Selling advertising, pushing online education and using Rosetta Stone to teach English are among the ventures underway in Lodi Unified School District, board president George Neely said Thursday.
In a rapid-fire talk illustrated with a PowerPoint presentation, Neely said Lodi Unified faces numerous challenges but nonetheless is innovating and pushing academic progress. Included in his talk:
- The district will sell advertising to help increase revenues, perhaps through banners in gyms or stadiums or on the district website.
“It is a way to bring in more money,” he said in a short interview after the presentation. “We’re still in the early stages with it.”
- Rosetta Stone, a popular software program for learning foreign languages, is now being adopted to help some Lodi Unified students learn English.

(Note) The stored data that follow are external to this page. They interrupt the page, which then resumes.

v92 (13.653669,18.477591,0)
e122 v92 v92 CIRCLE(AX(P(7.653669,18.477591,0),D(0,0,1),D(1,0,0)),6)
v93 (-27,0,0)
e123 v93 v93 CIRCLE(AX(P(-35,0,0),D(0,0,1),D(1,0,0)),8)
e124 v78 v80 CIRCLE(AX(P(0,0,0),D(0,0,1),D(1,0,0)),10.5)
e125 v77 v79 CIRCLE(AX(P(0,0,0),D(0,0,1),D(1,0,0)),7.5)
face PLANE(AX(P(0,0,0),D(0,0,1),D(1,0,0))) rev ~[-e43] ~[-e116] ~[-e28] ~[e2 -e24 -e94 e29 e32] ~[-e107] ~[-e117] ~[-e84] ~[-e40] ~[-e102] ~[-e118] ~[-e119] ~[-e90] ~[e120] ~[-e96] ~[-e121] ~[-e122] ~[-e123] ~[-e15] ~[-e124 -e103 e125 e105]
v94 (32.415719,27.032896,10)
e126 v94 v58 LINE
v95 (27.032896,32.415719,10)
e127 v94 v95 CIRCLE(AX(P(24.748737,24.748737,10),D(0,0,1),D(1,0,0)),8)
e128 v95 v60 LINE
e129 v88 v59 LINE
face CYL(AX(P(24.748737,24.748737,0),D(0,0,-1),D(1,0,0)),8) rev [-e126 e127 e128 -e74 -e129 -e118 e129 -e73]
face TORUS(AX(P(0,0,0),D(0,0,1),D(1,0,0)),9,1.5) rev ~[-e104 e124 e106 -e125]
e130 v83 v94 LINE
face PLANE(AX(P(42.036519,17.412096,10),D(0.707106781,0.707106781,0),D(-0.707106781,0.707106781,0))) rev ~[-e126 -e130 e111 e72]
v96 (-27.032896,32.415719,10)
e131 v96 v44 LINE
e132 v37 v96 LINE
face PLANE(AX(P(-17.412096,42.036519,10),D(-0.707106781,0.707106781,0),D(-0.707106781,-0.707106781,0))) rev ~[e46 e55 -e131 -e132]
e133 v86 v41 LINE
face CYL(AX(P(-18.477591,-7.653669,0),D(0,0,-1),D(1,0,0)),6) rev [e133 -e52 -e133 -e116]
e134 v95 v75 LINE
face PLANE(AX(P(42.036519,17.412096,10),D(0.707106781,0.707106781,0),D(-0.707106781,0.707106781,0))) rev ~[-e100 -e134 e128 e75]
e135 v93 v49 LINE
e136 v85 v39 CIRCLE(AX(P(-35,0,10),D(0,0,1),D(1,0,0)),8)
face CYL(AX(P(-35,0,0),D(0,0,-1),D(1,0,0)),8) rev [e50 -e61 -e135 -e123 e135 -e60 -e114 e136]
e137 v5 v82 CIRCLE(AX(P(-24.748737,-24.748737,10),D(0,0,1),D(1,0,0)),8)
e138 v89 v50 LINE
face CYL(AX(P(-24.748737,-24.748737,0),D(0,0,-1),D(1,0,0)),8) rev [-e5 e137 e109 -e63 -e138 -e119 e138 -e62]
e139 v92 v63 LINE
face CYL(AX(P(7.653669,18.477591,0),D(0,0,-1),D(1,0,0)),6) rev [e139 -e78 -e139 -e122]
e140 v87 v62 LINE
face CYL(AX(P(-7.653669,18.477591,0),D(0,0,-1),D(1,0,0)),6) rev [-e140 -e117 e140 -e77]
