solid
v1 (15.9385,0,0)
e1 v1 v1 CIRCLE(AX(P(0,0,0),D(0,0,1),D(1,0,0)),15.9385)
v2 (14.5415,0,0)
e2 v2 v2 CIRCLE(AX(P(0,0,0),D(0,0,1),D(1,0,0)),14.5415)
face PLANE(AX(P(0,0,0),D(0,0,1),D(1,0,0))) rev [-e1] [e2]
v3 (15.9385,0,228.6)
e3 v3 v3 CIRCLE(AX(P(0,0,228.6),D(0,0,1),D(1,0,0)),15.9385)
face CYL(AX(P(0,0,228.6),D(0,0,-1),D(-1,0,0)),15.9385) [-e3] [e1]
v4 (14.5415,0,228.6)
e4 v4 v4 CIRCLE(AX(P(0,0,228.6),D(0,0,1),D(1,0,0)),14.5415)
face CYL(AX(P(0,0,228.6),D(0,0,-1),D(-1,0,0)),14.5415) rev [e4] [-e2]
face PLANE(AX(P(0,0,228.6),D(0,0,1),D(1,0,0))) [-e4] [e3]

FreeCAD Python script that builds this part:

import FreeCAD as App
import Part
import Sketcher
from FreeCAD import Vector
Q = App.Units.Quantity

doc = App.newDocument("Part")
body = doc.addObject("PartDesign::Body", "Body")

sketch1 = doc.addObject("Sketcher::SketchObject", "Sketch")
body.addObject(sketch1)
sketch1.AttachmentSupport = (doc.XY_Plane, [""])
sketch1.MapMode = "FlatFace"
sketch1.addGeometry(Part.Circle(Vector(0, 0, 0), Vector(0, 0, 1), 16), False)
sketch1.addGeometry(Part.Circle(Vector(0, 0, 0), Vector(0, 0, 1), 15), False)
sketch1.addConstraint(Sketcher.Constraint("Coincident", 0, 3, -1, 1))
sketch1.addConstraint(Sketcher.Constraint("Coincident", 1, 3, -1, 1))
sketch1.addConstraint(Sketcher.Constraint("Diameter", 0, Q("1.255 in")))
sketch1.addConstraint(Sketcher.Constraint("Diameter", 1, Q("1.145 in")))
pad1 = doc.addObject("PartDesign::Pad", "Pad")
body.addObject(pad1)
pad1.Profile = sketch1
pad1.Length = Q("9 in")

doc.recompute()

“We’ve decided that all our students need to learn English quickly and well,” Neely said.
Rosetta Stone may also be used as a resource for teaching foreign languages, such as Spanish and German, in Lodi Unified.

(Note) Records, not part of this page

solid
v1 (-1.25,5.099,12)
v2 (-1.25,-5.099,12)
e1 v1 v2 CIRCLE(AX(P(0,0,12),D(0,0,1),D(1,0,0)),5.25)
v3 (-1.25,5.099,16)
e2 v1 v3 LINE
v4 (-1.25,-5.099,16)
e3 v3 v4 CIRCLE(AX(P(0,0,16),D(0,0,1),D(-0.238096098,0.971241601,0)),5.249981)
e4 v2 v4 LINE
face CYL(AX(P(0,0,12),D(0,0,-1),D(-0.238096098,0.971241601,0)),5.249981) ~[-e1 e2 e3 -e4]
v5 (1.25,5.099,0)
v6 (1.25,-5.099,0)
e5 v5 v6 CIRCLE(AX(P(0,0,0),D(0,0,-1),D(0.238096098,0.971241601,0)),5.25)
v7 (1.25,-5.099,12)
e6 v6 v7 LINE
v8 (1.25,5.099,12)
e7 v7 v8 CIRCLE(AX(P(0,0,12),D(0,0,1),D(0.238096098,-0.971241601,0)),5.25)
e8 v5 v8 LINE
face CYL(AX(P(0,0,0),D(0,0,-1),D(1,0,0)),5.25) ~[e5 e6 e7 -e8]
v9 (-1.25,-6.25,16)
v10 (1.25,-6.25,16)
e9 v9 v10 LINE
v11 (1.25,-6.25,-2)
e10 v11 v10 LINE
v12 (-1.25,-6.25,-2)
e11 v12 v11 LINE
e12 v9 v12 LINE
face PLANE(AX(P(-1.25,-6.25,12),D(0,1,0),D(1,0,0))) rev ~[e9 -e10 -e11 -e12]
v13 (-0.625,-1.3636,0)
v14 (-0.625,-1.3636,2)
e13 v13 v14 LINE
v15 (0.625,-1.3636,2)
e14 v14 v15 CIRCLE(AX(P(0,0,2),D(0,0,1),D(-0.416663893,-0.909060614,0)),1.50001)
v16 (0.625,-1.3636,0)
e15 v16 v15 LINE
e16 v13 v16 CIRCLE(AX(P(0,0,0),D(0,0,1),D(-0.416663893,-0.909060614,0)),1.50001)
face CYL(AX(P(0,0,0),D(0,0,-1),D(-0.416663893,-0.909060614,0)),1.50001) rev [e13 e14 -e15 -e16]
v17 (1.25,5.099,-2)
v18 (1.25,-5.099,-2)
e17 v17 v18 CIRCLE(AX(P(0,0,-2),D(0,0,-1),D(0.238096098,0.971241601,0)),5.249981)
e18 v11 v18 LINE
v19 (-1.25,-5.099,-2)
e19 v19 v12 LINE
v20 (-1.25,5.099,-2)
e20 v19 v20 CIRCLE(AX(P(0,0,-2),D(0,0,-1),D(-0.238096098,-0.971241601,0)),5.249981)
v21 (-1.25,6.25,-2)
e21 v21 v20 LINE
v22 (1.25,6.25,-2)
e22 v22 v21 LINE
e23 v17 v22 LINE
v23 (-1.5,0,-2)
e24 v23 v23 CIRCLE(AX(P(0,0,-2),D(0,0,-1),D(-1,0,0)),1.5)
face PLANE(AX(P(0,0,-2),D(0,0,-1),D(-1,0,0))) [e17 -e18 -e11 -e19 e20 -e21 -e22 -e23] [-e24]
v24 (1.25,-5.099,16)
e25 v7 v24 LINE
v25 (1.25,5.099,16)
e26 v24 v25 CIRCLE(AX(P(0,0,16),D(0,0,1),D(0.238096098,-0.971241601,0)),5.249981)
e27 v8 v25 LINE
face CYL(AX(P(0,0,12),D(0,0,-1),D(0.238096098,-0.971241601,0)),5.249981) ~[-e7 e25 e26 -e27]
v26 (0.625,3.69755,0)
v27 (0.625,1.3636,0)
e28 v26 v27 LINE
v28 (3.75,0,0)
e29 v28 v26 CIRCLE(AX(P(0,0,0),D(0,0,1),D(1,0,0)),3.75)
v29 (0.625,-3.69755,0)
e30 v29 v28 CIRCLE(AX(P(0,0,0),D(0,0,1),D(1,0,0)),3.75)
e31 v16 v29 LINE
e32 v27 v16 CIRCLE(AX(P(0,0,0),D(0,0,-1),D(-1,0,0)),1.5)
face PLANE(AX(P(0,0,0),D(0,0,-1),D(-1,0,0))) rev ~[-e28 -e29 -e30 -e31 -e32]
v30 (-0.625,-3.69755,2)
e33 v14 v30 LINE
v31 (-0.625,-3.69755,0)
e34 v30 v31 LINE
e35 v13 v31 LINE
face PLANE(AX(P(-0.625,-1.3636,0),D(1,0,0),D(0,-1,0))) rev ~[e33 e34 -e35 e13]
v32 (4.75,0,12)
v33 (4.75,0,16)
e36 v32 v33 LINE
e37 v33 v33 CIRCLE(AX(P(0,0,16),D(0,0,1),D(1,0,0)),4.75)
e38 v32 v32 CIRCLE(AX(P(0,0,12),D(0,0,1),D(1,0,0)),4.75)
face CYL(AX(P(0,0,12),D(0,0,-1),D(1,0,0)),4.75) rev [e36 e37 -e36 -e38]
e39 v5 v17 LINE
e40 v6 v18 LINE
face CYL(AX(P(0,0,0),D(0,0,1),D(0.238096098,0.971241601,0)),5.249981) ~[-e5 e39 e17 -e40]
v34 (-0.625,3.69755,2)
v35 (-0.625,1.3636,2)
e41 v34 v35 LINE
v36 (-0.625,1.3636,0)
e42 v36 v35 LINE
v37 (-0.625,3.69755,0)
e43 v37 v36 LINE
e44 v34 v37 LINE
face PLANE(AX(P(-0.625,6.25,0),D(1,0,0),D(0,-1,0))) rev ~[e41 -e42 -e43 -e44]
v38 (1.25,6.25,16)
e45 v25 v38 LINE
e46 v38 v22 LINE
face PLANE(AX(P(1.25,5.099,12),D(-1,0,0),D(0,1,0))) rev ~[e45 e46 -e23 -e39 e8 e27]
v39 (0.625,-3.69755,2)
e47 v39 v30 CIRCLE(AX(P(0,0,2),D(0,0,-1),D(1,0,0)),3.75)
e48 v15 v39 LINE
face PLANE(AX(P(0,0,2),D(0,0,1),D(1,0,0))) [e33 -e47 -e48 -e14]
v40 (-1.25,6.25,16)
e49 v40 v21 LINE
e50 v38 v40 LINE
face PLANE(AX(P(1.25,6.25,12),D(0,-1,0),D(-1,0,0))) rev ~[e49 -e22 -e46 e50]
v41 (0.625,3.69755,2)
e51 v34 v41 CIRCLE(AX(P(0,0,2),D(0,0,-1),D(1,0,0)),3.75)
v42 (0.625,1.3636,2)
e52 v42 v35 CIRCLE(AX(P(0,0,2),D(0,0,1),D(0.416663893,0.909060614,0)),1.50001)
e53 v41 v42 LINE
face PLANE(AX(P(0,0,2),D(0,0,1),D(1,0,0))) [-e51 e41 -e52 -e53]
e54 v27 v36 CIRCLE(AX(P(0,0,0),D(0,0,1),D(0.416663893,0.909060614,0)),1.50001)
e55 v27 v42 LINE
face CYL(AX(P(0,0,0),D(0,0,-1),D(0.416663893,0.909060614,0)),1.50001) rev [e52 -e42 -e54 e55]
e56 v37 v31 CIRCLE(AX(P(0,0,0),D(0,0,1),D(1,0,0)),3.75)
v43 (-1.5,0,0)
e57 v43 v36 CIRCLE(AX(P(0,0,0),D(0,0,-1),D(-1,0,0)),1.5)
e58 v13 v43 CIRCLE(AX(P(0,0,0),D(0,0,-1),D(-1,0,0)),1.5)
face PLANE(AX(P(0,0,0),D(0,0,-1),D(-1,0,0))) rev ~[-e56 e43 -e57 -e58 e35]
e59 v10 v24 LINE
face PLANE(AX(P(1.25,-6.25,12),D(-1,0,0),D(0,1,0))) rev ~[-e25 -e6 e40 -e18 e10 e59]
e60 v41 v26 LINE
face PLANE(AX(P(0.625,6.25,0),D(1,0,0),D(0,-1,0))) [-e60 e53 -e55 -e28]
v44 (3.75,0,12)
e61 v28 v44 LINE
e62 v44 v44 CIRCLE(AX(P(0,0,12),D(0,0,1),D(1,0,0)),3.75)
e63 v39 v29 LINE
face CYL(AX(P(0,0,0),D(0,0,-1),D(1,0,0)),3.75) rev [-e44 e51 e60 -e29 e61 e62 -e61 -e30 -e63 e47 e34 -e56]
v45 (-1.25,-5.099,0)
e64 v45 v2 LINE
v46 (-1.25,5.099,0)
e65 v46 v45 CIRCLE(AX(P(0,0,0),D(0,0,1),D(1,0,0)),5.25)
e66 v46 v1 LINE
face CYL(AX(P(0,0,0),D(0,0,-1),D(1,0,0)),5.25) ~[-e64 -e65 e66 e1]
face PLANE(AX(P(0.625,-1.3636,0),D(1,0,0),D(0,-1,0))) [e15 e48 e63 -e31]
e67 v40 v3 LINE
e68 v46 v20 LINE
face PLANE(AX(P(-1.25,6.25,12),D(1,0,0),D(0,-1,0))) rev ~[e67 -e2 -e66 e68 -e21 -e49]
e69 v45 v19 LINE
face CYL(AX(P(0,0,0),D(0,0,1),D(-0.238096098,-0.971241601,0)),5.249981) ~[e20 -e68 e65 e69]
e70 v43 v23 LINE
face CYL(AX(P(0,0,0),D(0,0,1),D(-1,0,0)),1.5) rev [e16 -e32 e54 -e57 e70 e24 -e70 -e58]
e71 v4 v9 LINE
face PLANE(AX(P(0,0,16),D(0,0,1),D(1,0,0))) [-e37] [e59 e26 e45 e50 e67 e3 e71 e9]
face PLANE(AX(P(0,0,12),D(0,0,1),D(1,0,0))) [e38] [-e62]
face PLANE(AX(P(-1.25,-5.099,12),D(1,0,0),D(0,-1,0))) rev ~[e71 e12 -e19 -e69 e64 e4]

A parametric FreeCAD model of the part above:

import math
import FreeCAD as App
import Part
import Sketcher

V = App.Vector
Q = App.Units.Quantity

doc = App.newDocument("Part")
body = doc.addObject("PartDesign::Body", "Body")

sketch1 = body.newObject("Sketcher::SketchObject", "Sketch")
sketch1.AttachmentSupport = (doc.getObject("XY_Plane"), [""])
sketch1.MapMode = "FlatFace"
sketch1.addGeometry([
    Part.LineSegment(V(-1.2, -6.2, 0), V(1.2, -6.2, 0)),
    Part.LineSegment(V(1.2, -6.2, 0), V(1.2, -5.1, 0)),
    Part.ArcOfCircle(Part.Circle(V(0, 0, 0), V(0, 0, 1), 5.2), math.radians(-76), math.radians(76)),
    Part.LineSegment(V(1.2, 5.1, 0), V(1.2, 6.2, 0)),
    Part.LineSegment(V(1.2, 6.2, 0), V(-1.2, 6.2, 0)),
    Part.LineSegment(V(-1.2, 6.2, 0), V(-1.2, 5.1, 0)),
    Part.ArcOfCircle(Part.Circle(V(0, 0, 0), V(0, 0, 1), 5.2), math.radians(104), math.radians(256)),
    Part.LineSegment(V(-1.2, -5.1, 0), V(-1.2, -6.2, 0)),
    Part.Circle(V(0, 0, 0), V(0, 0, 1), 3.8),
], False)
sketch1.addConstraint([
    Sketcher.Constraint("Coincident", 0, 2, 1, 1),
    Sketcher.Constraint("Coincident", 1, 2, 2, 1),
    Sketcher.Constraint("Coincident", 2, 2, 3, 1),
    Sketcher.Constraint("Coincident", 3, 2, 4, 1),
    Sketcher.Constraint("Coincident", 4, 2, 5, 1),
    Sketcher.Constraint("Coincident", 5, 2, 6, 1),
    Sketcher.Constraint("Coincident", 6, 2, 7, 1),
    Sketcher.Constraint("Coincident", 7, 2, 0, 1),
    Sketcher.Constraint("Horizontal", 0),
    Sketcher.Constraint("Vertical", 1),
    Sketcher.Constraint("Vertical", 3),
    Sketcher.Constraint("Horizontal", 4),
    Sketcher.Constraint("Vertical", 5),
    Sketcher.Constraint("Vertical", 7),
    Sketcher.Constraint("Coincident", 2, 3, -1, 1),
    Sketcher.Constraint("Coincident", 6, 3, -1, 1),
    Sketcher.Constraint("Coincident", 8, 3, -1, 1),
    Sketcher.Constraint("Equal", 2, 6),
    Sketcher.Constraint("Symmetric", 0, 2, 4, 2, -1, 1),
    Sketcher.Constraint("Horizontal", 2, 2, 5, 2),
    Sketcher.Constraint("Horizontal", 1, 2, 6, 2),
    Sketcher.Constraint("Diameter", 8, Q("7.5 mm")),
    Sketcher.Constraint("Radius", 2, Q("5.25 mm")),
    Sketcher.Constraint("DistanceX", 0, 1, 0, 2, Q("2.5 mm")),
    Sketcher.Constraint("DistanceY", 1, 1, 1, 2, Q("1.151 mm")),
])
pad1 = body.newObject("PartDesign::Pad", "Pad")
pad1.Profile = sketch1
pad1.Length = 12

sketch2 = body.newObject("Sketcher::SketchObject", "Sketch001")
sketch2.AttachmentSupport = (doc.getObject("XY_Plane"), [""])
sketch2.MapMode = "FlatFace"
sketch2.addGeometry([
    Part.LineSegment(V(1.2, -5.1, 0), V(1.2, -6.2, 0)),
    Part.LineSegment(V(1.2, -6.2, 0), V(-1.2, -6.2, 0)),
    Part.LineSegment(V(-1.2, -6.2, 0), V(-1.2, -5.1, 0)),
    Part.ArcOfCircle(Part.Circle(V(0, 0, 0), V(0, 0, 1), 5.2), math.radians(104), math.radians(256)),
    Part.LineSegment(V(-1.2, 5.1, 0), V(-1.2, 6.2, 0)),
    Part.LineSegment(V(-1.2, 6.2, 0), V(1.2, 6.2, 0)),
    Part.LineSegment(V(1.2, 6.2, 0), V(1.2, 5.1, 0)),
    Part.ArcOfCircle(Part.Circle(V(0, 0, 0), V(0, 0, 1), 5.2), math.radians(-76), math.radians(76)),
    Part.Circle(V(0, 0, 0), V(0, 0, 1), 1.5),
], False)
sketch2.addConstraint([
    Sketcher.Constraint("Coincident", 0, 2, 1, 1),
    Sketcher.Constraint("Coincident", 1, 2, 2, 1),
    Sketcher.Constraint("Coincident", 2, 2, 3, 2),
    Sketcher.Constraint("Coincident", 3, 1, 4, 1),
    Sketcher.Constraint("Coincident", 4, 2, 5, 1),
    Sketcher.Constraint("Coincident", 5, 2, 6, 1),
    Sketcher.Constraint("Coincident", 6, 2, 7, 2),
    Sketcher.Constraint("Coincident", 7, 1, 0, 1),
    Sketcher.Constraint("Vertical", 0),
    Sketcher.Constraint("Horizontal", 1),
    Sketcher.Constraint("Vertical", 2),
    Sketcher.Constraint("Vertical", 4),
    Sketcher.Constraint("Horizontal", 5),
    Sketcher.Constraint("Vertical", 6),
    Sketcher.Constraint("Coincident", 3, 3, -1, 1),
    Sketcher.Constraint("Coincident", 7, 3, -1, 1),
    Sketcher.Constraint("Coincident", 8, 3, -1, 1),
    Sketcher.Constraint("Equal", 3, 7),
    Sketcher.Constraint("Symmetric", 0, 2, 4, 2, -1, 1),
    Sketcher.Constraint("Horizontal", 3, 1, 6, 2),
    Sketcher.Constraint("Horizontal", 2, 2, 7, 1),
    Sketcher.Constraint("Diameter", 8, Q("3 mm")),
    Sketcher.Constraint("Radius", 3, Q("5.25 mm")),
    Sketcher.Constraint("DistanceX", 1, 2, 1, 1, Q("2.5 mm")),
    Sketcher.Constraint("DistanceY", 0, 2, 0, 1, Q("1.151 mm")),
])
pad2 = body.newObject("PartDesign::Pad", "Pad001")
pad2.Profile = sketch2
pad2.Length = 2
pad2.Reversed = True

- A new school is being set up for special education students who are now going to private schools. About $1.2 million can be saved by bringing these students to a district-run program, to be housed at the site of Turner School.
- Neely said the district wants to be known as an “education destination” again. He recalled how real estate ads once routinely touted that a home was served by Lodi schools.
“We want that kind of reputation again,” he said.
- Students who have been expelled in years past have left the district, along with the state dollars for their education. Now the district wants to expand a school, the Katnich Academy, to keep those students — and dollars — in the district. If it is a success, the campus could attract students from other districts, too.
- Online learning programs are allowing the district to attract new students — and new money.
“Are we going after students from other districts? Yes, we are,” Neely said.
He said the district has suffered dramatic and ongoing budget cuts. The state continues to postpone payments, requiring the district to borrow in the meantime to pay its bills. Last year, the district paid $450,000 in interest to borrow money until the state money becomes available.
To make ends meet, the district has reduced personnel expenses and increased its use of technology, including installing of solar systems and other energy-saving measures.
After outlining the cuts, he said the district is determined to not be hobbled by the fiscal challenges.
“This not our problem,” he said. “This is our situation, and we are adjusting to it and responding to it.”
Neely had a diverse career in the military and private industry before becoming a teacher and then joining the school board.
Being board president, he said, is richly satisfying.
“This is the best job I’ve ever had,” he said. “This one beats them all.”